▸ **TASK BRIEF**
Every line of the records below from the line with "#58=CARTESIAN_POINT('',(-0.35,0.,27.));" up to and including the line with "#85=ADVANCED_FACE('',(#83),#84,.F.);" must be reproduced exactly, and no line outside that range.

(Extracted records)
----------

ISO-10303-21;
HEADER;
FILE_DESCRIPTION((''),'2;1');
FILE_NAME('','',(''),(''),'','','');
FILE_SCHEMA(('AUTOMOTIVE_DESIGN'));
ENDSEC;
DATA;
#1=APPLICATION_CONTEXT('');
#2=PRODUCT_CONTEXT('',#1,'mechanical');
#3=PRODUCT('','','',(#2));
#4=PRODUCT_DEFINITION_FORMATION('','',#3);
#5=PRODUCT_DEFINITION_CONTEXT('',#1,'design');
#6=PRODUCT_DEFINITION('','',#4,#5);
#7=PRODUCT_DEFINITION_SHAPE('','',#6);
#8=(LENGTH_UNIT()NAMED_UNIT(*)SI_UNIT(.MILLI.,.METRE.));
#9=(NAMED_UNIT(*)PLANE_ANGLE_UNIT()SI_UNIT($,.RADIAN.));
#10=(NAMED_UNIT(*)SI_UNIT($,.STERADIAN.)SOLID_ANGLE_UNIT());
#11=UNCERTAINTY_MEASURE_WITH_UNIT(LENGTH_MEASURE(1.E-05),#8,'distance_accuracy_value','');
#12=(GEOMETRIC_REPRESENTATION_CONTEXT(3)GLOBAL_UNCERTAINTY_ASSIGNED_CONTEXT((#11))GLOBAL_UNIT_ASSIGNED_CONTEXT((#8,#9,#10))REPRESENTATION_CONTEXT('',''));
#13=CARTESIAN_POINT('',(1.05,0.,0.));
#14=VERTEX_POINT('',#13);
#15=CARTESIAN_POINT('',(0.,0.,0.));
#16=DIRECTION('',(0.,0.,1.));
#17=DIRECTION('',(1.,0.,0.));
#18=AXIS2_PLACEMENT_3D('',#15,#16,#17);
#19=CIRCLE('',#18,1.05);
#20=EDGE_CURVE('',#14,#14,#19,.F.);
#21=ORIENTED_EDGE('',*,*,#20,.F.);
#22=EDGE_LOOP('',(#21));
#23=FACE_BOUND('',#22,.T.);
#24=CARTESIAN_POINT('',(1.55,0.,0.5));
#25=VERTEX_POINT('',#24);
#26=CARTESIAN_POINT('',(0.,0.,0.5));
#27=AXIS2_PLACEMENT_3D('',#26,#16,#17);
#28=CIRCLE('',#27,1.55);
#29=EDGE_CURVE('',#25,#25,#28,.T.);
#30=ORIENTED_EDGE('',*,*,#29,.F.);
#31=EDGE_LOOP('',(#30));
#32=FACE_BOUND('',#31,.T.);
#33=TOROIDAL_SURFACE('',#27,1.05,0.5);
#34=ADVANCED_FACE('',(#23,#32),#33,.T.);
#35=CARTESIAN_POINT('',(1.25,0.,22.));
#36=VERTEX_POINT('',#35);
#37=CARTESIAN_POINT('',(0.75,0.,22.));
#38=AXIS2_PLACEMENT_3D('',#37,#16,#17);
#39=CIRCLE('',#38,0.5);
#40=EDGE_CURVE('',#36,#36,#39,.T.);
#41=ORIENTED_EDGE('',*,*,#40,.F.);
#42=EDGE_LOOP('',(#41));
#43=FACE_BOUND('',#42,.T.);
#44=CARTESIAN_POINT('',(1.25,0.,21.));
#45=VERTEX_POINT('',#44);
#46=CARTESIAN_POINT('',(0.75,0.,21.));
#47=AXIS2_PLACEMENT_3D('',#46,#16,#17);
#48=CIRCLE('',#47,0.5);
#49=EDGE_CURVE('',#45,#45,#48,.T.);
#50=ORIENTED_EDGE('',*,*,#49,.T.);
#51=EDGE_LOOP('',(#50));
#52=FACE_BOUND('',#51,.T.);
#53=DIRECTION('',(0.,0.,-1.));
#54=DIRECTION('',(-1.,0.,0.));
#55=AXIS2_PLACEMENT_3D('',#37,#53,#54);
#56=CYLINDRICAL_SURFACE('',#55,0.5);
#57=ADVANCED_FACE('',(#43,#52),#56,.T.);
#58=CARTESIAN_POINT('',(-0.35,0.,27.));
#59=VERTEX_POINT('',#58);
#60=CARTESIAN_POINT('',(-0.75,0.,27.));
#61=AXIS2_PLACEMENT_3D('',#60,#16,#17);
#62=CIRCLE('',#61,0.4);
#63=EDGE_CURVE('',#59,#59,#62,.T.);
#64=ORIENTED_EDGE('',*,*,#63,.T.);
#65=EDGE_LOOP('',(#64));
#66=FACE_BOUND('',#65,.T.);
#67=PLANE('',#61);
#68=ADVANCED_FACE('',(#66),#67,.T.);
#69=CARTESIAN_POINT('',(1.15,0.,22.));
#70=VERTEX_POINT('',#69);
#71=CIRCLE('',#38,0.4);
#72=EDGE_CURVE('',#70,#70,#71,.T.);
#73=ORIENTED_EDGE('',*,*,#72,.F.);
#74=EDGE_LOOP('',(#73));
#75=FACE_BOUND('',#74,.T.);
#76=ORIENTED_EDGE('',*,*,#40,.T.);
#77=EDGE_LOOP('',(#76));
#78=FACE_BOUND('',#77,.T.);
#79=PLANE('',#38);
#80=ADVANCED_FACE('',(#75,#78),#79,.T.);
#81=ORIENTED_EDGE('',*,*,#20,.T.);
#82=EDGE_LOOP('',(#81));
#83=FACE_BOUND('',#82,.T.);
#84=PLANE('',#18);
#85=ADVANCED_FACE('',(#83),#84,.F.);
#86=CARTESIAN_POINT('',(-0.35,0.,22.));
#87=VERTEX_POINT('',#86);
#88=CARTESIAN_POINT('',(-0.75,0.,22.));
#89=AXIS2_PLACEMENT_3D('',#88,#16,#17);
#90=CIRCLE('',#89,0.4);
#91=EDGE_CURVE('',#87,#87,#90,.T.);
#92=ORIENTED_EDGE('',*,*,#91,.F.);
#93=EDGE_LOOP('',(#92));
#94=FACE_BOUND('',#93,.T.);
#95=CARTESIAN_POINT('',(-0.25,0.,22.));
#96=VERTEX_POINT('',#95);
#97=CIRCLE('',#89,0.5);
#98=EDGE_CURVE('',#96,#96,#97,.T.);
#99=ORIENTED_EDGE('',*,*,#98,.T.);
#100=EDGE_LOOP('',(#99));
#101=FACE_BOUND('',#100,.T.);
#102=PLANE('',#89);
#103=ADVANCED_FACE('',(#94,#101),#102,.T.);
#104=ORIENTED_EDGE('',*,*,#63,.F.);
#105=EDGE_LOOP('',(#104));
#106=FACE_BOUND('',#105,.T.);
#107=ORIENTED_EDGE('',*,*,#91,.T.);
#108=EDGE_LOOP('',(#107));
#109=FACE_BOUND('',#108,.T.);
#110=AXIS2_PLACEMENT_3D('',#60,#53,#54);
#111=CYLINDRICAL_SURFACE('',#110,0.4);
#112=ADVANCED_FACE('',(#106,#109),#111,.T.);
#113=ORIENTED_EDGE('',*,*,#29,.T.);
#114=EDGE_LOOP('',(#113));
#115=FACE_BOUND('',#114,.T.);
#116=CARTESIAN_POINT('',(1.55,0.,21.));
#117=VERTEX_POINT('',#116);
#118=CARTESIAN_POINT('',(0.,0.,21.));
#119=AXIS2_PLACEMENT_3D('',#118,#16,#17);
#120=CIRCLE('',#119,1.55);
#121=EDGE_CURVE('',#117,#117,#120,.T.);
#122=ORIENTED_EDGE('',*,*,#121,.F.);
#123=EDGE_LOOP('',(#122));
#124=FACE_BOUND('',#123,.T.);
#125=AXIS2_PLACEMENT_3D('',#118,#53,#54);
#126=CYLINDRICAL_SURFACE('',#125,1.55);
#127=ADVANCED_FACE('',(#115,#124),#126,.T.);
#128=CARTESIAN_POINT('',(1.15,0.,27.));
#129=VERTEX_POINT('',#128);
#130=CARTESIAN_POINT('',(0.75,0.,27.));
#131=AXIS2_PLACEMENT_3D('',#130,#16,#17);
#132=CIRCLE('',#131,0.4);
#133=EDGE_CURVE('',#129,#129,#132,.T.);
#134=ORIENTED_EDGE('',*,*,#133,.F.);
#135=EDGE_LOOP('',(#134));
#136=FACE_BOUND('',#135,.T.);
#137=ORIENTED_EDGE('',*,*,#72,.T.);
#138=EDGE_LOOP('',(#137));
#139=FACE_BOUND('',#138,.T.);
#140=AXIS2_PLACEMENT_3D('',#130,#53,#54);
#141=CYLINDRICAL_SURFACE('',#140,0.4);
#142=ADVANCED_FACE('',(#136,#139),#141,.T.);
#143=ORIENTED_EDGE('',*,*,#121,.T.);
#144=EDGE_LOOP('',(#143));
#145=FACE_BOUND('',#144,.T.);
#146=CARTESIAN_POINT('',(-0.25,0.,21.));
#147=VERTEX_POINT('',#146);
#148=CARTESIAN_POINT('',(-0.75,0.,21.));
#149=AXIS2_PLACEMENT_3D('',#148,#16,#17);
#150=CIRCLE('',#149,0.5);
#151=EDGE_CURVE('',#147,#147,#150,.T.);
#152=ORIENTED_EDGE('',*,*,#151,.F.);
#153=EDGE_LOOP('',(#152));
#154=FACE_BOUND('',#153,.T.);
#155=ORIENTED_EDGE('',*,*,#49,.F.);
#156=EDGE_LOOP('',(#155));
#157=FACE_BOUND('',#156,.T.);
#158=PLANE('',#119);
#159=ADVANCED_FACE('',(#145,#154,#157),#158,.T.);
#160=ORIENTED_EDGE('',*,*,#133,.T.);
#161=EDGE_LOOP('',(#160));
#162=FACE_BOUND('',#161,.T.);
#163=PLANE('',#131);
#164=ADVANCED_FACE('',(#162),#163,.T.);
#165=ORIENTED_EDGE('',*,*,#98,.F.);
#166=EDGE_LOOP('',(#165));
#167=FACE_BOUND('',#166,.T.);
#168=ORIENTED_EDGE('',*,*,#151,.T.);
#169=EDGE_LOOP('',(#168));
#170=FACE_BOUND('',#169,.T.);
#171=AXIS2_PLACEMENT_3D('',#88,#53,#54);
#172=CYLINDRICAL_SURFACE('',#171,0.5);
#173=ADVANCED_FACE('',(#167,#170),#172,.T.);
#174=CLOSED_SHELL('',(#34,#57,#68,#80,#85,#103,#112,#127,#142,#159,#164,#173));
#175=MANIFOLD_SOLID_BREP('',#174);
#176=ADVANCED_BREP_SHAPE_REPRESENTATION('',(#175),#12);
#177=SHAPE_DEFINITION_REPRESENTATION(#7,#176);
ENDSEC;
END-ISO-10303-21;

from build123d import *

# Parameters (mm, degrees)
CROQUIS1_R              = 1.55
SALIENTE_EXTRUIR1_DEPTH = 21
CROQUIS2_R              = 0.4
SALIENTE_EXTRUIR2_DEPTH = 6
CROQUIS3_R              = 0.5
CROQUIS3_R_2            = 0.4
SALIENTE_EXTRUIR3_DEPTH = 1
REDONDEO1_R             = 0.5


with BuildPart() as part:
    # Croquis1 → Saliente-Extruir1 (new body)
    with BuildSketch(Plane.XY):
        Circle(CROQUIS1_R)
    extrude(amount=SALIENTE_EXTRUIR1_DEPTH)

    # Croquis2 → Saliente-Extruir2 (add)
    with BuildSketch(Plane.XY.offset(21)):
        with Locations((0.75, 0)):
            Circle(CROQUIS2_R)
        with Locations((-0.75, 0)):
            Circle(CROQUIS2_R)
    extrude(amount=SALIENTE_EXTRUIR2_DEPTH)

    # Croquis3 → Saliente-Extruir3 (add)
    with BuildSketch(Plane.XY.offset(21)):
        with Locations((-0.75, 0)):
            Circle(CROQUIS3_R)
        with Locations((-0.75, 0)):
            Circle(CROQUIS3_R_2, mode=Mode.SUBTRACT)
        with Locations((0.75, 0)):
            Circle(CROQUIS3_R)
        with Locations((0.75, 0)):
            Circle(CROQUIS3_R_2, mode=Mode.SUBTRACT)
    extrude(amount=SALIENTE_EXTRUIR3_DEPTH)

    # Redondeo1
    redondeo1_edges = [part.edges().sort_by_distance(p)[0] for p in [
        (-1.55, 0, 0),
    ]]
    fillet(redondeo1_edges, radius=REDONDEO1_R)


solid = part.part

----------

▸ **EXERCISE RESULT**
#58=CARTESIAN_POINT('',(-0.35,0.,27.));
#59=VERTEX_POINT('',#58);
#60=CARTESIAN_POINT('',(-0.75,0.,27.));
#61=AXIS2_PLACEMENT_3D('',#60,#16,#17);
#62=CIRCLE('',#61,0.4);
#63=EDGE_CURVE('',#59,#59,#62,.T.);
#64=ORIENTED_EDGE('',*,*,#63,.T.);
#65=EDGE_LOOP('',(#64));
#66=FACE_BOUND('',#65,.T.);
#67=PLANE('',#61);
#68=ADVANCED_FACE('',(#66),#67,.T.);
#69=CARTESIAN_POINT('',(1.15,0.,22.));
#70=VERTEX_POINT('',#69);
#71=CIRCLE('',#38,0.4);
#72=EDGE_CURVE('',#70,#70,#71,.T.);
#73=ORIENTED_EDGE('',*,*,#72,.F.);
#74=EDGE_LOOP('',(#73));
#75=FACE_BOUND('',#74,.T.);
#76=ORIENTED_EDGE('',*,*,#40,.T.);
#77=EDGE_LOOP('',(#76));
#78=FACE_BOUND('',#77,.T.);
#79=PLANE('',#38);
#80=ADVANCED_FACE('',(#75,#78),#79,.T.);
#81=ORIENTED_EDGE('',*,*,#20,.T.);
#82=EDGE_LOOP('',(#81));
#83=FACE_BOUND('',#82,.T.);
#84=PLANE('',#18);
#85=ADVANCED_FACE('',(#83),#84,.F.);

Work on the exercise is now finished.